No ha sido la primera vez –tampoco será la última– que lo puertorriqueño se vincula a lo bueno, lo moralmente rentable, en fin, el trazado de cómo las cosas deben ser. Todo el espectro ideológico, en diversos momentos significativos de nuestra historia reciente, se ha apropiado de lo que constituye lo puertorriqueño; se ha dispuesto de ello como un vehículo para la normatividad. Como afirma Carlos Pabón en su ensayo El consenso nacional o la era de los good feelings, "la puertorriqueñidad se vende". Si en algún momento se usó (o se usa) para vender Medalla, camisas de Old Navy, la Humortivación de Silverio Pérez; el penepé dispone de ella para vender un código moral utilitario y simplista –un código totalizador, envuelto con la sagrada monoestrellada.
Notas:
[1] Para los efectos de este escrito, me refiero a crítica en su carácter etimológico –derivada del griego krínô; que se refiere a juicio o discernimiento. En otras palabras, la pieza gira en torno a la lectura literal que le di al afiche publicitario: “Ser puertorriqueño es no juzgar, no discernir”.

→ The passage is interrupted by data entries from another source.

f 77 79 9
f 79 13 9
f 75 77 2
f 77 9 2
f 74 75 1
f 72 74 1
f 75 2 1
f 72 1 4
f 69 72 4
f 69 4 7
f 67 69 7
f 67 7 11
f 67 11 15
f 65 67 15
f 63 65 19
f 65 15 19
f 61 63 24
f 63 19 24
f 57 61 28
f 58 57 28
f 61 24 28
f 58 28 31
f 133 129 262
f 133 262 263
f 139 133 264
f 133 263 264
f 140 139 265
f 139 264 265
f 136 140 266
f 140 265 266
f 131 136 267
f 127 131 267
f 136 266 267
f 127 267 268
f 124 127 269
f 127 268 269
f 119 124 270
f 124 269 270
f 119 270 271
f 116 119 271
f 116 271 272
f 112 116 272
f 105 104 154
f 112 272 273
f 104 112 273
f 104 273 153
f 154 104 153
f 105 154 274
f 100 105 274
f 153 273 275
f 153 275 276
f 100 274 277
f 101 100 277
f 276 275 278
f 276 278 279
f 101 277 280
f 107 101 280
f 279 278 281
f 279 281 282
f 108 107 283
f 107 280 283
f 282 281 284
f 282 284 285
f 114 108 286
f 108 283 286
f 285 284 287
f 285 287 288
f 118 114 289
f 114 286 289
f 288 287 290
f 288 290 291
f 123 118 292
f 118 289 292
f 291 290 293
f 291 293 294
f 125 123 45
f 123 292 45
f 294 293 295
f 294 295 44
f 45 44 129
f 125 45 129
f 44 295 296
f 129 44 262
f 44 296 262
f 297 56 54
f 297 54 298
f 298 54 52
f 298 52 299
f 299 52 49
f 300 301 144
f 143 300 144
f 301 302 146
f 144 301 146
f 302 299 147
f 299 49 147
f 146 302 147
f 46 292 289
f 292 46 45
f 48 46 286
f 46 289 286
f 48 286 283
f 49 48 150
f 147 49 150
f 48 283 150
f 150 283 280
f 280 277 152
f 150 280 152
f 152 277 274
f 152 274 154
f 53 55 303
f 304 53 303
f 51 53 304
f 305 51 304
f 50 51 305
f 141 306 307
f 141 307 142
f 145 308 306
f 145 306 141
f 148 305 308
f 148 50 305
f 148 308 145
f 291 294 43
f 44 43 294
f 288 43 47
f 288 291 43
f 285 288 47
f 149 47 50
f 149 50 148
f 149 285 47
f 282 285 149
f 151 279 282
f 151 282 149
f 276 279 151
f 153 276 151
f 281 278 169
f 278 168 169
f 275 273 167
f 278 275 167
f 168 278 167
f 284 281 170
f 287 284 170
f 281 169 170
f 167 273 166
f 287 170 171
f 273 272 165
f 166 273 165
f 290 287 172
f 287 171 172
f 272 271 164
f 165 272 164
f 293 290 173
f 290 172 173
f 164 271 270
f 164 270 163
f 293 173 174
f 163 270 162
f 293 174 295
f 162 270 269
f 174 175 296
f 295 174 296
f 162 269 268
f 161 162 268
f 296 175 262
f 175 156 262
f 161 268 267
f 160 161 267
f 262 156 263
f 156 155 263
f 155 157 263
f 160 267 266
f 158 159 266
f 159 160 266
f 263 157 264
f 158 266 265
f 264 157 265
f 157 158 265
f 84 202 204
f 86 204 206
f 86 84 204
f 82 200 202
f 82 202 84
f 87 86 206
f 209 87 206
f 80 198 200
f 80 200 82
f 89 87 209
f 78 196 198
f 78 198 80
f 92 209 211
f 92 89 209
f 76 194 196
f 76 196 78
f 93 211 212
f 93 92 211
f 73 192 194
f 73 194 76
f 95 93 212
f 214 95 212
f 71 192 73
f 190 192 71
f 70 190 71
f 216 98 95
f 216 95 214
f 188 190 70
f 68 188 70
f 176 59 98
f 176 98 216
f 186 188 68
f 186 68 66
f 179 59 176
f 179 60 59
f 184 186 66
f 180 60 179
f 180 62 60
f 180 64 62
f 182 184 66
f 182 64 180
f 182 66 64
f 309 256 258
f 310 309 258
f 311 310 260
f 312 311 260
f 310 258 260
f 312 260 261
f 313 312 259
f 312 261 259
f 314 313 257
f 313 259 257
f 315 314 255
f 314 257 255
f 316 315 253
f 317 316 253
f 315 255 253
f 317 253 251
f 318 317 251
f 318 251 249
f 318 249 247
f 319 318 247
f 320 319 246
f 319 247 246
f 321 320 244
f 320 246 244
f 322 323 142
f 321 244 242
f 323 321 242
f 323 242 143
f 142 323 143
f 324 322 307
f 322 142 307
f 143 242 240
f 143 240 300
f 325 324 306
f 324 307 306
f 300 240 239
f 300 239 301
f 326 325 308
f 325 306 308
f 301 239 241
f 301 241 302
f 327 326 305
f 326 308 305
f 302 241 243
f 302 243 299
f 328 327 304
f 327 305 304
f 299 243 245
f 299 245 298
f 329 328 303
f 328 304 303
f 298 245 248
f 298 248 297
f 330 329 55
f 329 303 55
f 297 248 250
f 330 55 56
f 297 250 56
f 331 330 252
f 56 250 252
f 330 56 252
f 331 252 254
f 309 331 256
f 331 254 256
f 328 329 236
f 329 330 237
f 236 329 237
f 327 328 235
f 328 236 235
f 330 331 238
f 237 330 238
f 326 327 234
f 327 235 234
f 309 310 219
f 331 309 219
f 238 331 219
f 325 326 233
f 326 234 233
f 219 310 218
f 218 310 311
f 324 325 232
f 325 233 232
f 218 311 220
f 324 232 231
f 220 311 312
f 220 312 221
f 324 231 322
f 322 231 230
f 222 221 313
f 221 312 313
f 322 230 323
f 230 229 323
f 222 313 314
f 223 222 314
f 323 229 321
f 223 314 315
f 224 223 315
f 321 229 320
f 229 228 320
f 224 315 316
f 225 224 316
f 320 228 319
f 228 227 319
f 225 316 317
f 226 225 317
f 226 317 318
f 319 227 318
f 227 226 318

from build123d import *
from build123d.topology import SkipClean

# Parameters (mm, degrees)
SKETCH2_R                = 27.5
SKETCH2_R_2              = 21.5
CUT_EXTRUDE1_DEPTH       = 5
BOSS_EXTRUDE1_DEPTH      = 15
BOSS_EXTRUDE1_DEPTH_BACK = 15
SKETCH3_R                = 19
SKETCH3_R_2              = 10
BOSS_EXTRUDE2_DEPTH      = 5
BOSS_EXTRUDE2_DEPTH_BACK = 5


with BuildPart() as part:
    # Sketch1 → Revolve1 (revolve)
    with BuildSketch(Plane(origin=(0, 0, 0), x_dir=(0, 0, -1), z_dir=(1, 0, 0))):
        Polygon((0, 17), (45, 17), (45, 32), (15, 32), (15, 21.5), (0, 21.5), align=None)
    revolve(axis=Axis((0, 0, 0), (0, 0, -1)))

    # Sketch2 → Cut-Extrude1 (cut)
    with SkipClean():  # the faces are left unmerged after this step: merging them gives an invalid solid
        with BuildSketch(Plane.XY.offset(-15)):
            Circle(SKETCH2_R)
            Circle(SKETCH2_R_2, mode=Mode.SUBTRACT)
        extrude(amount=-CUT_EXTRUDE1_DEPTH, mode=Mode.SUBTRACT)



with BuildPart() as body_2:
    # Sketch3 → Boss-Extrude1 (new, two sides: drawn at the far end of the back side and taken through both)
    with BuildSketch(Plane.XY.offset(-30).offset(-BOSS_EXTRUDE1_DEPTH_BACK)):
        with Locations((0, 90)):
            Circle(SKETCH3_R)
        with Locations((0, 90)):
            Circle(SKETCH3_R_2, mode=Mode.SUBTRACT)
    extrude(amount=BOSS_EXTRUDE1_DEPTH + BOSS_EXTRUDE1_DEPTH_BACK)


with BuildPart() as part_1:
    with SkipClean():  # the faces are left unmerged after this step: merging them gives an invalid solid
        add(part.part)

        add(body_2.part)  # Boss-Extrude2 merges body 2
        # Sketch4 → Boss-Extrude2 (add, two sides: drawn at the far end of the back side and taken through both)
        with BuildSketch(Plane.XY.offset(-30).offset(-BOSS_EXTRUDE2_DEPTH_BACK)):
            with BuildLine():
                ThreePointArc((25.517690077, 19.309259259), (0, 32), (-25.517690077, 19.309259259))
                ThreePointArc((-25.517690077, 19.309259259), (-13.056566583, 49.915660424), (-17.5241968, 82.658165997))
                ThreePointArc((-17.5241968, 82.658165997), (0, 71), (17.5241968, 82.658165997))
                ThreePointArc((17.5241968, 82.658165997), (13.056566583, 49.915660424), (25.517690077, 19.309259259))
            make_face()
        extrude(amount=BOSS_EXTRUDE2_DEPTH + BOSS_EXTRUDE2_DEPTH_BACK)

[2] La siguiente cita, tomada de un pasaje del ensayo El consenso nacional o la era de los good feelings, de Carlos Pabón, apunta a que la estrategia de usar la nación con fines homogeneizadores no es exclusiva del penepé. Cabe señalar que el fragmento es parte de un breve relato, con matices fantásticos: "La noche de su victoria electoral, la gobernadora electa Sila María Calderón, luego de agradecerle a Dios su victoria, proclamó que "Había triunfado la Verdad, el consenso y la puertorriqueñidad".
[3] El artista Shepard Fairey, autor del afiche de Barack Obama, utilizado en su campaña del 2008, saltó a la fama por André The Giant Has a Posse – inspirado por la película aquí mencionada.
Lista de referencias:
Carlos Pabón, Nación Postmortem: Ensayos sobre los tiempos de la insoportable ambigüedad. San Juan: Ediciones Callejón, 2003.